▸ **YOUR INSTRUCTIONS**: Please repeat the lines below exactly. Begin with the line containing "f 116 114 115" and go on through the line containing "f 92 216 217".

** EXCERPTED RECORDS follows **

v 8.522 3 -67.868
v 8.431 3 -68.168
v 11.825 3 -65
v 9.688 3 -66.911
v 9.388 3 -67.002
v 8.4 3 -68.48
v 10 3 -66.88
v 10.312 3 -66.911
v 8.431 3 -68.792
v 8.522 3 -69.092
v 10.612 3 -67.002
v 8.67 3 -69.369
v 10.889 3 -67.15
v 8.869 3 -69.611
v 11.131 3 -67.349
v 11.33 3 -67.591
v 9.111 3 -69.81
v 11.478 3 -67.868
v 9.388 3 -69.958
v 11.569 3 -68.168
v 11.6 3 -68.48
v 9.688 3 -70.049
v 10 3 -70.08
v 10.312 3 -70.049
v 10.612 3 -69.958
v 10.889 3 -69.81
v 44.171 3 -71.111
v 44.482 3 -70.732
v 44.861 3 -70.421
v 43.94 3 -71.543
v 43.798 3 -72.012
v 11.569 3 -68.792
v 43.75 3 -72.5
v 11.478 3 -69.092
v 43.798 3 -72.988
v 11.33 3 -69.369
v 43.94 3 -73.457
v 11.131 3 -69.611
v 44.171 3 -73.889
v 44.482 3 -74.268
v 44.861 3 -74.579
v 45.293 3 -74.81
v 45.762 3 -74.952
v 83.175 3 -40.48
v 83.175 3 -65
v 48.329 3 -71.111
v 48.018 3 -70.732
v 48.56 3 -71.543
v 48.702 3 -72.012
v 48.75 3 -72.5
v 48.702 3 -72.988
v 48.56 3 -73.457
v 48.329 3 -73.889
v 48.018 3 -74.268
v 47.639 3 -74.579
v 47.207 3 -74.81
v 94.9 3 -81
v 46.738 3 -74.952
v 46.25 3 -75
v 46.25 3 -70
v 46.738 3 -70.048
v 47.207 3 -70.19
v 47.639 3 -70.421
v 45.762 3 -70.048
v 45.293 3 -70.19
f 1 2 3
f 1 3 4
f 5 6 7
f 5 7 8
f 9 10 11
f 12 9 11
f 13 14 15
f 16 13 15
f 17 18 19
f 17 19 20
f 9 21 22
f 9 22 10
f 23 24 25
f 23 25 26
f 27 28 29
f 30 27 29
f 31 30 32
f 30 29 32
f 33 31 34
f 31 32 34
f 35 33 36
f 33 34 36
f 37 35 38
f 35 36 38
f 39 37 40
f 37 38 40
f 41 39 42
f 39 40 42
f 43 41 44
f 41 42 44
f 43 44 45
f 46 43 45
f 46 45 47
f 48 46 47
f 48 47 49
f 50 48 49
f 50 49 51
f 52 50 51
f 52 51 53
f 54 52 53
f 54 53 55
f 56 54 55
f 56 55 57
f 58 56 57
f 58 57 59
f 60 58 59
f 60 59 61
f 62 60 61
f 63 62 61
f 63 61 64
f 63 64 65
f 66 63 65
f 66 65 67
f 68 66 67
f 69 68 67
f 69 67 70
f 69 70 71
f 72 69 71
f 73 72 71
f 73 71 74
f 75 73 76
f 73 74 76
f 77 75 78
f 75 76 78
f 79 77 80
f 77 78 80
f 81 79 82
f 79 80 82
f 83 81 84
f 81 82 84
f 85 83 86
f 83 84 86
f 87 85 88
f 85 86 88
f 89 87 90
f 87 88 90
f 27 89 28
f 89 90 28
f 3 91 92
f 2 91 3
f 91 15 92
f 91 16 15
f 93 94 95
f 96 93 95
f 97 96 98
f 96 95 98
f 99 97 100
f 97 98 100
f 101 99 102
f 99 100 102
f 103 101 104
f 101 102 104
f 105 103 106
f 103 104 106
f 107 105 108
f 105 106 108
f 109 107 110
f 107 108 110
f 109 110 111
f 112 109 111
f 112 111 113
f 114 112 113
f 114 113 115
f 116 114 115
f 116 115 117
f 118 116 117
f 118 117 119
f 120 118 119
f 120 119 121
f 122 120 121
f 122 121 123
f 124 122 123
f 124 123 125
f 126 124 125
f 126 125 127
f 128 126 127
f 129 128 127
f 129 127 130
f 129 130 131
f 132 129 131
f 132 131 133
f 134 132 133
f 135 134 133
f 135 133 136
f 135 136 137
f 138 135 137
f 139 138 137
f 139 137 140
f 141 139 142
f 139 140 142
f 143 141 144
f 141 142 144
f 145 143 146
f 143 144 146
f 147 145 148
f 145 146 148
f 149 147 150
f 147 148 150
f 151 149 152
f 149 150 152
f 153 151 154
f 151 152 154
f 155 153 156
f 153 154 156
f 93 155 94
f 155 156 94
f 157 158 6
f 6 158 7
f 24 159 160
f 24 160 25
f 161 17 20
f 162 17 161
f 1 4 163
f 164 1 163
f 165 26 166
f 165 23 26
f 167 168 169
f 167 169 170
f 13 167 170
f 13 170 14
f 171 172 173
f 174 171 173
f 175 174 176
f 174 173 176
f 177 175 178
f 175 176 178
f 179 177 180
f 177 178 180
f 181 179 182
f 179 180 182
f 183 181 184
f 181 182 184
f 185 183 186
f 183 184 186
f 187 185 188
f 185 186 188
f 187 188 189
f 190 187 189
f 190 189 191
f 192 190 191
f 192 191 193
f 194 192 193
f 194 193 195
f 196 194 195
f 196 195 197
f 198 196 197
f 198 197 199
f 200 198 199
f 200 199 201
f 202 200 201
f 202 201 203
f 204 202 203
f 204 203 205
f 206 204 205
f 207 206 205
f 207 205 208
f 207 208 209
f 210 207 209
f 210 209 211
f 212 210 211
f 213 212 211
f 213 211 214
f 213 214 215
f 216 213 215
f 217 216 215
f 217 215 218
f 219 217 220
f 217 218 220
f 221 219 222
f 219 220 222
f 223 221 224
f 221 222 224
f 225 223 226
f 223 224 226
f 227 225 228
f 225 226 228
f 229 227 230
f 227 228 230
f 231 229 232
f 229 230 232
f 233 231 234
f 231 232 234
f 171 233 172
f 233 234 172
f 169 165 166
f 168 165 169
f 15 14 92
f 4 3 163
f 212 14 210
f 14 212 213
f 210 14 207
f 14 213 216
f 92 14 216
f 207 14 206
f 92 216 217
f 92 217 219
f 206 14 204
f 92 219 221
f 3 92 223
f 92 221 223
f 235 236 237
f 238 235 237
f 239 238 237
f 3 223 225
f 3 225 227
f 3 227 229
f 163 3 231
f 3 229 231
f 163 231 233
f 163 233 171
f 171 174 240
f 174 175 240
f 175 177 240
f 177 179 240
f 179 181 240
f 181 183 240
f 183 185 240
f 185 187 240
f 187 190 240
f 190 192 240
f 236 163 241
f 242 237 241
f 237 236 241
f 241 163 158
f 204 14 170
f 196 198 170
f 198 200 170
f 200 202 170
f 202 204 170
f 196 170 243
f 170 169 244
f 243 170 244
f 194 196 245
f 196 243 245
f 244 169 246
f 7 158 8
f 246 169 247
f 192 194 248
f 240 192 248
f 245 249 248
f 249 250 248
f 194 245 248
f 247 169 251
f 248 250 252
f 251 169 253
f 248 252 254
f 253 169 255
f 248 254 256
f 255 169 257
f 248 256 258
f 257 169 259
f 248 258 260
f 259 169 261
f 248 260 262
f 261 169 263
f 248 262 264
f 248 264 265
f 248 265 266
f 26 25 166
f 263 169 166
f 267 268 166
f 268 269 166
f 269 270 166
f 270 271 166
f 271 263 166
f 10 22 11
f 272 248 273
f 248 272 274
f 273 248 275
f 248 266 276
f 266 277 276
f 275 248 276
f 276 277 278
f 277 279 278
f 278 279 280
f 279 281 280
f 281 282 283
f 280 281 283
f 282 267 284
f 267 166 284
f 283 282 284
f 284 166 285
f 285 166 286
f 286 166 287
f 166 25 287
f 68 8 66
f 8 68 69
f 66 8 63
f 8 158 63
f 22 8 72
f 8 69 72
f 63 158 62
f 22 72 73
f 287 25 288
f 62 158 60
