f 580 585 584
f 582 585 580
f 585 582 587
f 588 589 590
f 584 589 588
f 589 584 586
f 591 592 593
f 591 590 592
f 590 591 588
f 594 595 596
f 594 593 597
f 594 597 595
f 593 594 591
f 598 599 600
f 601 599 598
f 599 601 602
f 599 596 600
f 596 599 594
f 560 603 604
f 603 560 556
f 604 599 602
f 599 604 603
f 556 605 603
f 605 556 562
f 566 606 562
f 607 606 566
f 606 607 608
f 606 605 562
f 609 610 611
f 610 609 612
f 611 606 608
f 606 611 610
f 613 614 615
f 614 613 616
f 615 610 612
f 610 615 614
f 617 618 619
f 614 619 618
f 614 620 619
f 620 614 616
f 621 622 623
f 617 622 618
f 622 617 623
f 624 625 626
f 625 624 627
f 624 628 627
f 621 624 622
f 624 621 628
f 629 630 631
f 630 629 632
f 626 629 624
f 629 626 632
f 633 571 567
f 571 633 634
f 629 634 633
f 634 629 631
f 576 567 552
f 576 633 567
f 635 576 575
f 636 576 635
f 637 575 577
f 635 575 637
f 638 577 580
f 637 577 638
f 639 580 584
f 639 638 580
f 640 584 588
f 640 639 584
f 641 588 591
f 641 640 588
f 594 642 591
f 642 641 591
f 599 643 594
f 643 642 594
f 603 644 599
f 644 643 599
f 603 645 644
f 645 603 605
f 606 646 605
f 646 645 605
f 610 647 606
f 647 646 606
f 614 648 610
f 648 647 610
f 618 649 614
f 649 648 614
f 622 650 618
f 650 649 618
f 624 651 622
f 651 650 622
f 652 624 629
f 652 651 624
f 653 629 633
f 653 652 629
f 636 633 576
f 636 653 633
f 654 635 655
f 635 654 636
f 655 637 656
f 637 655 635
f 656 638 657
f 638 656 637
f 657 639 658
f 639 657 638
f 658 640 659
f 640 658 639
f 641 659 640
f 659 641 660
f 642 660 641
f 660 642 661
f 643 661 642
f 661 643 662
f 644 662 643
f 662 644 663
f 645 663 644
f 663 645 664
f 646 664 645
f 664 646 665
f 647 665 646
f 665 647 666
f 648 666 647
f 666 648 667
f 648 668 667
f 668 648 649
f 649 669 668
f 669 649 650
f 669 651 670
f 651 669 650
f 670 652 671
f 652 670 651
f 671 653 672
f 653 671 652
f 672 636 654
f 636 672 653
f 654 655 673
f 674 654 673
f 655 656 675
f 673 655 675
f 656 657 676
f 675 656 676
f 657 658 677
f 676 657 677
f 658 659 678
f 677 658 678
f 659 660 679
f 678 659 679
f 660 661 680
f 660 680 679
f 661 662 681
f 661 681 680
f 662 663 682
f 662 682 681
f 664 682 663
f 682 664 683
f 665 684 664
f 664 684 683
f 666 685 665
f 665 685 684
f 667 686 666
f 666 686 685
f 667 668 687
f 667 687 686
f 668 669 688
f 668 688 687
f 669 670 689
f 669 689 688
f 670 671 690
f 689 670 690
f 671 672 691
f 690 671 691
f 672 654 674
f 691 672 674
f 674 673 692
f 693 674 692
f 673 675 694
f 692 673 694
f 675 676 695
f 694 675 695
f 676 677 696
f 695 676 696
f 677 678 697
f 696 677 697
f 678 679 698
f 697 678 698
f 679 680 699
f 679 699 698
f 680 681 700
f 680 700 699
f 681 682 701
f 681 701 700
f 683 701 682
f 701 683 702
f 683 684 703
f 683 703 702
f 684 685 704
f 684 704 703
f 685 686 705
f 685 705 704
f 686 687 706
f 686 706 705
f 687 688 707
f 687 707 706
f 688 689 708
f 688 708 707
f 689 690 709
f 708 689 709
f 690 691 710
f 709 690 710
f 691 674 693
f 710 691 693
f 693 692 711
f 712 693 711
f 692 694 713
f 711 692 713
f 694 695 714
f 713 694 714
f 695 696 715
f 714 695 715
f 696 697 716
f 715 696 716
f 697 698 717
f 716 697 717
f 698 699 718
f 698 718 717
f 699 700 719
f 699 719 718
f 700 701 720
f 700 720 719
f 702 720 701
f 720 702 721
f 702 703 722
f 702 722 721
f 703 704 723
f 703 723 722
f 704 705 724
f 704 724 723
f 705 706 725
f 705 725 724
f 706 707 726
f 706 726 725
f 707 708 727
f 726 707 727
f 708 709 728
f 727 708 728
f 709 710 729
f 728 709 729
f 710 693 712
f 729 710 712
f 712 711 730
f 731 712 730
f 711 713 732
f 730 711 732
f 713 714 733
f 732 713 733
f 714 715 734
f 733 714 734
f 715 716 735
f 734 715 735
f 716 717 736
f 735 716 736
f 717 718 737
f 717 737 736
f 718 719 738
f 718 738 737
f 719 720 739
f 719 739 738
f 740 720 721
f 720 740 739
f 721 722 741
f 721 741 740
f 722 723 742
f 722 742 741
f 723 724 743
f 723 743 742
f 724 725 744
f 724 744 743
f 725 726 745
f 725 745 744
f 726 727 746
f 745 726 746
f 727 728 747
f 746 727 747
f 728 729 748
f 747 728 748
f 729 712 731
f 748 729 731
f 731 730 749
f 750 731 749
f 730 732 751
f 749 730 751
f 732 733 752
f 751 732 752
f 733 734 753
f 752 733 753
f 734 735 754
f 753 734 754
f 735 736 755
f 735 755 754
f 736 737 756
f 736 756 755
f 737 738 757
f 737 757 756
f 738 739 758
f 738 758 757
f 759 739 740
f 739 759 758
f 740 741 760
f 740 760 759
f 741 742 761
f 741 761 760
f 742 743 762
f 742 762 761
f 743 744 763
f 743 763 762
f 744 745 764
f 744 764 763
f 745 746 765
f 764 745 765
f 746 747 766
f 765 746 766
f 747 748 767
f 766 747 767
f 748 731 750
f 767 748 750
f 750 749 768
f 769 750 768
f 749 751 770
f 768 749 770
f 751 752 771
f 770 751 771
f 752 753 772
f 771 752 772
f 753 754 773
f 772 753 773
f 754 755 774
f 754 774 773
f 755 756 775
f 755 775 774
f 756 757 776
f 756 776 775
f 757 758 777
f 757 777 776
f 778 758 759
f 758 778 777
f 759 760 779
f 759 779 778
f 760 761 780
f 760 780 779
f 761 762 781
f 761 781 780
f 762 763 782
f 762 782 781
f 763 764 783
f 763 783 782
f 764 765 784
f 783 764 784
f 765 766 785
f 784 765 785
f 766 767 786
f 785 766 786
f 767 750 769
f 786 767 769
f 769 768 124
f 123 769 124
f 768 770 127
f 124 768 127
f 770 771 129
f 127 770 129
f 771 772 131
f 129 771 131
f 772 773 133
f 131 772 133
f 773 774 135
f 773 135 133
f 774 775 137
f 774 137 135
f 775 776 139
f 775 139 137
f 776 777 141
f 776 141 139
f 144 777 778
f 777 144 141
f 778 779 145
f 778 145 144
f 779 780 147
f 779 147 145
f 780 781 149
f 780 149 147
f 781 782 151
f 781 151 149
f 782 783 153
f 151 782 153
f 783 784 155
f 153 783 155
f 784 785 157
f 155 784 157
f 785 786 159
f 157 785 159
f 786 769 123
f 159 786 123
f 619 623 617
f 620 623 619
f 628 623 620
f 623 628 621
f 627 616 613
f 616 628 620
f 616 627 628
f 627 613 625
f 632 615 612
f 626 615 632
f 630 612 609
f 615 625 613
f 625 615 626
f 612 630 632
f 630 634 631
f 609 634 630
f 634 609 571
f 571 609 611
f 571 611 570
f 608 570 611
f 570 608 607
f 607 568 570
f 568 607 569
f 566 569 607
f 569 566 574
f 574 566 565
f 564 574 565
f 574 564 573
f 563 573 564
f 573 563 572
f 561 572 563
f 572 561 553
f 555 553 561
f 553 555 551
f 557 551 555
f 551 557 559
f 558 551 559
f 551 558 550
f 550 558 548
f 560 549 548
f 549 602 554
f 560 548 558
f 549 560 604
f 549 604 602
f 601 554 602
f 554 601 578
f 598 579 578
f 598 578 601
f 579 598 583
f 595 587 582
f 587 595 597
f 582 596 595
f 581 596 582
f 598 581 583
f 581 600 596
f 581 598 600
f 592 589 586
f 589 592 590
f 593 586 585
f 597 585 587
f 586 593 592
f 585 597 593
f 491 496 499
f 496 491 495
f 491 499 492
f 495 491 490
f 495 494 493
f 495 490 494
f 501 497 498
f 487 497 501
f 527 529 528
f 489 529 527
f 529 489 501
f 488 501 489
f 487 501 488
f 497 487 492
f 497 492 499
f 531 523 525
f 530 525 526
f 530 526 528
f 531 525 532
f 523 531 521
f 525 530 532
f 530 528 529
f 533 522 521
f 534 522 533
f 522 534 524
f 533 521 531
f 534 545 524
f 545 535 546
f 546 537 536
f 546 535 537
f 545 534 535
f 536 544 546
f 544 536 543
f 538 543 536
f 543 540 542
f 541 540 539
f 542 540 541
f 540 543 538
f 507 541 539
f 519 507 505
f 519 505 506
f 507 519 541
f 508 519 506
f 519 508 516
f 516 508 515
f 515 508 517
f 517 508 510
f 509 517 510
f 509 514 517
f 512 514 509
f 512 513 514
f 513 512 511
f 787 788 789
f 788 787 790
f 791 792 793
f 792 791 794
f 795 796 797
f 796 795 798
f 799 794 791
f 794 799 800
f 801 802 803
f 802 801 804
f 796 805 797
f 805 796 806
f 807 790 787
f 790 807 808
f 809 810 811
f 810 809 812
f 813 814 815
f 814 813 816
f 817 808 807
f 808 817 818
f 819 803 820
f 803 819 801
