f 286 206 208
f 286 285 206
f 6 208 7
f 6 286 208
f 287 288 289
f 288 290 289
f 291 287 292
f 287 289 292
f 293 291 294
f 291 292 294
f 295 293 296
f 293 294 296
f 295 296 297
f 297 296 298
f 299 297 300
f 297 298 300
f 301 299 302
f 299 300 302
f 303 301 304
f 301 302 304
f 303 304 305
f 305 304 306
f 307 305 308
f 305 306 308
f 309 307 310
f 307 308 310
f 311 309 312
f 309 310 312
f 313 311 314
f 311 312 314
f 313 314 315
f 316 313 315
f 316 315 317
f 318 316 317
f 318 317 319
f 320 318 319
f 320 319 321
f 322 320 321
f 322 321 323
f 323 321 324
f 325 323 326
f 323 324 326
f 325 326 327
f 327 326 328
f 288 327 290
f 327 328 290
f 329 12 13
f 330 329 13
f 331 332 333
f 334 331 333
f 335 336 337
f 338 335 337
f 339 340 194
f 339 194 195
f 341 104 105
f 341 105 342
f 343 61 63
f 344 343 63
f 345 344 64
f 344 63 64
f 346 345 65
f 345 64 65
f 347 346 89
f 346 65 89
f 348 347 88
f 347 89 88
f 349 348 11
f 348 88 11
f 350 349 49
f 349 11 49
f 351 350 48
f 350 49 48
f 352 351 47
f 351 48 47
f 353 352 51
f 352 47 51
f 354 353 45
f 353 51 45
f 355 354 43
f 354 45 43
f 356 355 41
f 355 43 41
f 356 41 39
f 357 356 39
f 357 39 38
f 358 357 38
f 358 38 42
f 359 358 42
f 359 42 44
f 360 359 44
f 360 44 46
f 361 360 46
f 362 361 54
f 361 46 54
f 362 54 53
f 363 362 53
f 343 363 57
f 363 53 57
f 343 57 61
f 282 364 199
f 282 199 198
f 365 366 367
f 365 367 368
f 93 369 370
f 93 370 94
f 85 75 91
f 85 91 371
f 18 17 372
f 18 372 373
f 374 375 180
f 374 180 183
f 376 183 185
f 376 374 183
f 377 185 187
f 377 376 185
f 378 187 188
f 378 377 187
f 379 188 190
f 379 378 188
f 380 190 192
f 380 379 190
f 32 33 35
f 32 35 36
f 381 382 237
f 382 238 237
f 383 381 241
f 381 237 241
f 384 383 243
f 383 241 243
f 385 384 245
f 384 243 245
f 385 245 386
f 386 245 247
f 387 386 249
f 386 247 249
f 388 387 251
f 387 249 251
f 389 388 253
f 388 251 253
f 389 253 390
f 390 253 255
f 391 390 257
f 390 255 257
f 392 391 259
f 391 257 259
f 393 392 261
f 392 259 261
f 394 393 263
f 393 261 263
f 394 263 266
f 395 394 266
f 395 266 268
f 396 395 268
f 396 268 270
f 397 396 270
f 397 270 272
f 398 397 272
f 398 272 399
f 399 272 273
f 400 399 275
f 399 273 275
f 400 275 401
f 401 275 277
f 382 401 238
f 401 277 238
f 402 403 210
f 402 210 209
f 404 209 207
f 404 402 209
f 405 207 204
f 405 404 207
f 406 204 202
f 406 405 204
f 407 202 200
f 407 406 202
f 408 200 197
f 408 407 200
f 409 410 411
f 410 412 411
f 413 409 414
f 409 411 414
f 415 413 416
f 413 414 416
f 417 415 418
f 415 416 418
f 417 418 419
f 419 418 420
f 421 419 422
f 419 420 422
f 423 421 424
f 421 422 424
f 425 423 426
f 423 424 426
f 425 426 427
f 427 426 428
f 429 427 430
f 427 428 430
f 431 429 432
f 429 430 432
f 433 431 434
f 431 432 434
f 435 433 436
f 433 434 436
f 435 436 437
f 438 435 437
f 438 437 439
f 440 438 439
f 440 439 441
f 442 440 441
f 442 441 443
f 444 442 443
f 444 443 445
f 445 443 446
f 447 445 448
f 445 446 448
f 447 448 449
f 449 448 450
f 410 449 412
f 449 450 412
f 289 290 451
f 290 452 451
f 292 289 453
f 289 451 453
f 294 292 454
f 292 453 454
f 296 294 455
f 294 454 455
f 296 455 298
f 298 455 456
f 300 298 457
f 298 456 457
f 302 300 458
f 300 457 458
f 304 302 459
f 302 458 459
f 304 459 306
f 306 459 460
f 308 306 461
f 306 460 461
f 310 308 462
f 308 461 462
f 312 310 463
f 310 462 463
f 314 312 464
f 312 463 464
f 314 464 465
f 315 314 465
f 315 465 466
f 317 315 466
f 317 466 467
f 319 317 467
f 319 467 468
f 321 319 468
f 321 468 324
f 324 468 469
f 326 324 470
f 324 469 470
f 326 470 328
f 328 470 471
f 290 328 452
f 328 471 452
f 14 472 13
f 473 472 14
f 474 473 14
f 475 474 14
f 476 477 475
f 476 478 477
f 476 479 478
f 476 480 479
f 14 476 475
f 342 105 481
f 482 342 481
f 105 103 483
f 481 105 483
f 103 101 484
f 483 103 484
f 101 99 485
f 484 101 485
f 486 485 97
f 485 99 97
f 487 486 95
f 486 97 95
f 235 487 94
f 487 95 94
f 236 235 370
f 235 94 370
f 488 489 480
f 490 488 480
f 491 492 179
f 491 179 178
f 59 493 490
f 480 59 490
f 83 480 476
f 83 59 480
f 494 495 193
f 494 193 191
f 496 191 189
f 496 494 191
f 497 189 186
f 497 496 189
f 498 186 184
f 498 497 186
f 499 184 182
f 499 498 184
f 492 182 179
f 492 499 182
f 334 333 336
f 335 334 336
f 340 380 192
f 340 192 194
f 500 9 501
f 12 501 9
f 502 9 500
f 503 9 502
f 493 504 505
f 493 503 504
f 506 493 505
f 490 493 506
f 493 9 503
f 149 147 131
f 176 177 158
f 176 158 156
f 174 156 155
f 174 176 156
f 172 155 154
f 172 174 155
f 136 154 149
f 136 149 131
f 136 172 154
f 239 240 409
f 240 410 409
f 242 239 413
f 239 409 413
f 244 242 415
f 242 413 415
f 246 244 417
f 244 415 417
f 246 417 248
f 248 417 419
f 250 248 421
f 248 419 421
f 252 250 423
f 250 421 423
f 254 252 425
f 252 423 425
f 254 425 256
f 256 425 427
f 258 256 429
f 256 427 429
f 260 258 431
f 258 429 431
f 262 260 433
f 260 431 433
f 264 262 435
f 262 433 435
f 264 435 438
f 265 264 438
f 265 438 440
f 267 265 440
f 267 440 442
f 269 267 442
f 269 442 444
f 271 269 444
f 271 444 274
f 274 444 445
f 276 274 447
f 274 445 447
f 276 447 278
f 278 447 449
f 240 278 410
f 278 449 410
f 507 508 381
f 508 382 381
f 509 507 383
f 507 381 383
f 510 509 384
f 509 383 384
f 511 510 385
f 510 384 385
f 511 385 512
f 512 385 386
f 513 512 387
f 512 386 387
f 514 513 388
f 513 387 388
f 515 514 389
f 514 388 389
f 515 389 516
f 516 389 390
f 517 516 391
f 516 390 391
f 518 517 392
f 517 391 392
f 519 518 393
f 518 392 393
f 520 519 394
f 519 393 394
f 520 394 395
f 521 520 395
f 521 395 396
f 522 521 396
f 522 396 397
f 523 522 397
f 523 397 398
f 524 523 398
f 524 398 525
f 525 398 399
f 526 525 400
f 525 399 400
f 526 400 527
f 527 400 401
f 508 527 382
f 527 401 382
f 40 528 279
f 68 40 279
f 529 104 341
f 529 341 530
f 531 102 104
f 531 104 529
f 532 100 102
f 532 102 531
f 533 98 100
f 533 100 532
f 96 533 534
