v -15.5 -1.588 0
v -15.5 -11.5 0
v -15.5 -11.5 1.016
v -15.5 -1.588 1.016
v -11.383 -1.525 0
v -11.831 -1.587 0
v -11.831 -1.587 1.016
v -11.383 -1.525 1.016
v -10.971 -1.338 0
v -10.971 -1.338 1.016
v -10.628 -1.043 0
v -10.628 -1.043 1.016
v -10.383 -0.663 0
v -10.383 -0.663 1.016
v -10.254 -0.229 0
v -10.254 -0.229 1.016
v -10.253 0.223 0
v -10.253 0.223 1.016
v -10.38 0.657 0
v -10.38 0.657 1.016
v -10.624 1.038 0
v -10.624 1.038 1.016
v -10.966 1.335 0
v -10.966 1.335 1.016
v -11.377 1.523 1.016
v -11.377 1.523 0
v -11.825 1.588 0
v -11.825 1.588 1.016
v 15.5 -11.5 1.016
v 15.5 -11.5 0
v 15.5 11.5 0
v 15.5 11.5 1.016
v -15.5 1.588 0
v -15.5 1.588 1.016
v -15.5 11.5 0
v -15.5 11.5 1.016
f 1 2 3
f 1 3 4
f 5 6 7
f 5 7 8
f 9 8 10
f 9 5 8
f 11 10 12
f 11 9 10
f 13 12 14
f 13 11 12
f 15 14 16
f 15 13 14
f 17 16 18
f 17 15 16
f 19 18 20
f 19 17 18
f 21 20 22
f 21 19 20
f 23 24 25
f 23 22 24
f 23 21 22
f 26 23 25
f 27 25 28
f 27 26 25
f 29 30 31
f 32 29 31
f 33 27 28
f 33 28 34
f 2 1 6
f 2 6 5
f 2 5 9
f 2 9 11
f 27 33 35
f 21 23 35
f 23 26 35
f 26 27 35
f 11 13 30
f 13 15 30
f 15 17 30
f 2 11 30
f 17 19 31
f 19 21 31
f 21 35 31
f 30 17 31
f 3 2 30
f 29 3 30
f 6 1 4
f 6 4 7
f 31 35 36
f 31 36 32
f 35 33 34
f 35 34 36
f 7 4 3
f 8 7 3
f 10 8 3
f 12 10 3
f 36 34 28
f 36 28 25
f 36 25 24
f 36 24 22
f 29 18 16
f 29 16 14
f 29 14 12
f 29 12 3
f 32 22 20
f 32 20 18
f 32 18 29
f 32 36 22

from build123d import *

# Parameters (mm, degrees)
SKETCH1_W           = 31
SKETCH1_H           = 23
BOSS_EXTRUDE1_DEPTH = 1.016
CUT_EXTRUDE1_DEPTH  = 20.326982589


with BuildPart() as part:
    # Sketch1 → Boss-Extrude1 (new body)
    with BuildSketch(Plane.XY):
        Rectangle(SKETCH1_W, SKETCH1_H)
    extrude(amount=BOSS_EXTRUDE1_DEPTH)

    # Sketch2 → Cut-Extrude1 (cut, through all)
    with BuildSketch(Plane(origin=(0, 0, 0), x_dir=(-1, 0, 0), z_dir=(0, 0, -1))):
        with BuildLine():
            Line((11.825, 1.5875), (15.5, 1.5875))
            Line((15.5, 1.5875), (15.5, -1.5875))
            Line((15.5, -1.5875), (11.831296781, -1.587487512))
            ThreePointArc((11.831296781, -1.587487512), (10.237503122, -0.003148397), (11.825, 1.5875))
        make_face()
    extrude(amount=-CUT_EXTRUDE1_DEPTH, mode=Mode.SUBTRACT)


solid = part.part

** End of EXCERPTED RECORDS **

▸ **RESPONSE FOR THIS EXERCISE**:
f 116 114 115
f 116 115 117
f 118 116 117
f 118 117 119
f 120 118 119
f 120 119 121
f 122 120 121
f 122 121 123
f 124 122 123
f 124 123 125
f 126 124 125
f 126 125 127
f 128 126 127
f 129 128 127
f 129 127 130
f 129 130 131
f 132 129 131
f 132 131 133
f 134 132 133
f 135 134 133
f 135 133 136
f 135 136 137
f 138 135 137
f 139 138 137
f 139 137 140
f 141 139 142
f 139 140 142
f 143 141 144
f 141 142 144
f 145 143 146
f 143 144 146
f 147 145 148
f 145 146 148
f 149 147 150
f 147 148 150
f 151 149 152
f 149 150 152
f 153 151 154
f 151 152 154
f 155 153 156
f 153 154 156
f 93 155 94
f 155 156 94
f 157 158 6
f 6 158 7
f 24 159 160
f 24 160 25
f 161 17 20
f 162 17 161
f 1 4 163
f 164 1 163
f 165 26 166
f 165 23 26
f 167 168 169
f 167 169 170
f 13 167 170
f 13 170 14
f 171 172 173
f 174 171 173
f 175 174 176
f 174 173 176
f 177 175 178
f 175 176 178
f 179 177 180
f 177 178 180
f 181 179 182
f 179 180 182
f 183 181 184
f 181 182 184
f 185 183 186
f 183 184 186
f 187 185 188
f 185 186 188
f 187 188 189
f 190 187 189
f 190 189 191
f 192 190 191
f 192 191 193
f 194 192 193
f 194 193 195
f 196 194 195
f 196 195 197
f 198 196 197
f 198 197 199
f 200 198 199
f 200 199 201
f 202 200 201
f 202 201 203
f 204 202 203
f 204 203 205
f 206 204 205
f 207 206 205
f 207 205 208
f 207 208 209
f 210 207 209
f 210 209 211
f 212 210 211
f 213 212 211
f 213 211 214
f 213 214 215
f 216 213 215
f 217 216 215
f 217 215 218
f 219 217 220
f 217 218 220
f 221 219 222
f 219 220 222
f 223 221 224
f 221 222 224
f 225 223 226
f 223 224 226
f 227 225 228
f 225 226 228
f 229 227 230
f 227 228 230
f 231 229 232
f 229 230 232
f 233 231 234
f 231 232 234
f 171 233 172
f 233 234 172
f 169 165 166
f 168 165 169
f 15 14 92
f 4 3 163
f 212 14 210
f 14 212 213
f 210 14 207
f 14 213 216
f 92 14 216
f 207 14 206
f 92 216 217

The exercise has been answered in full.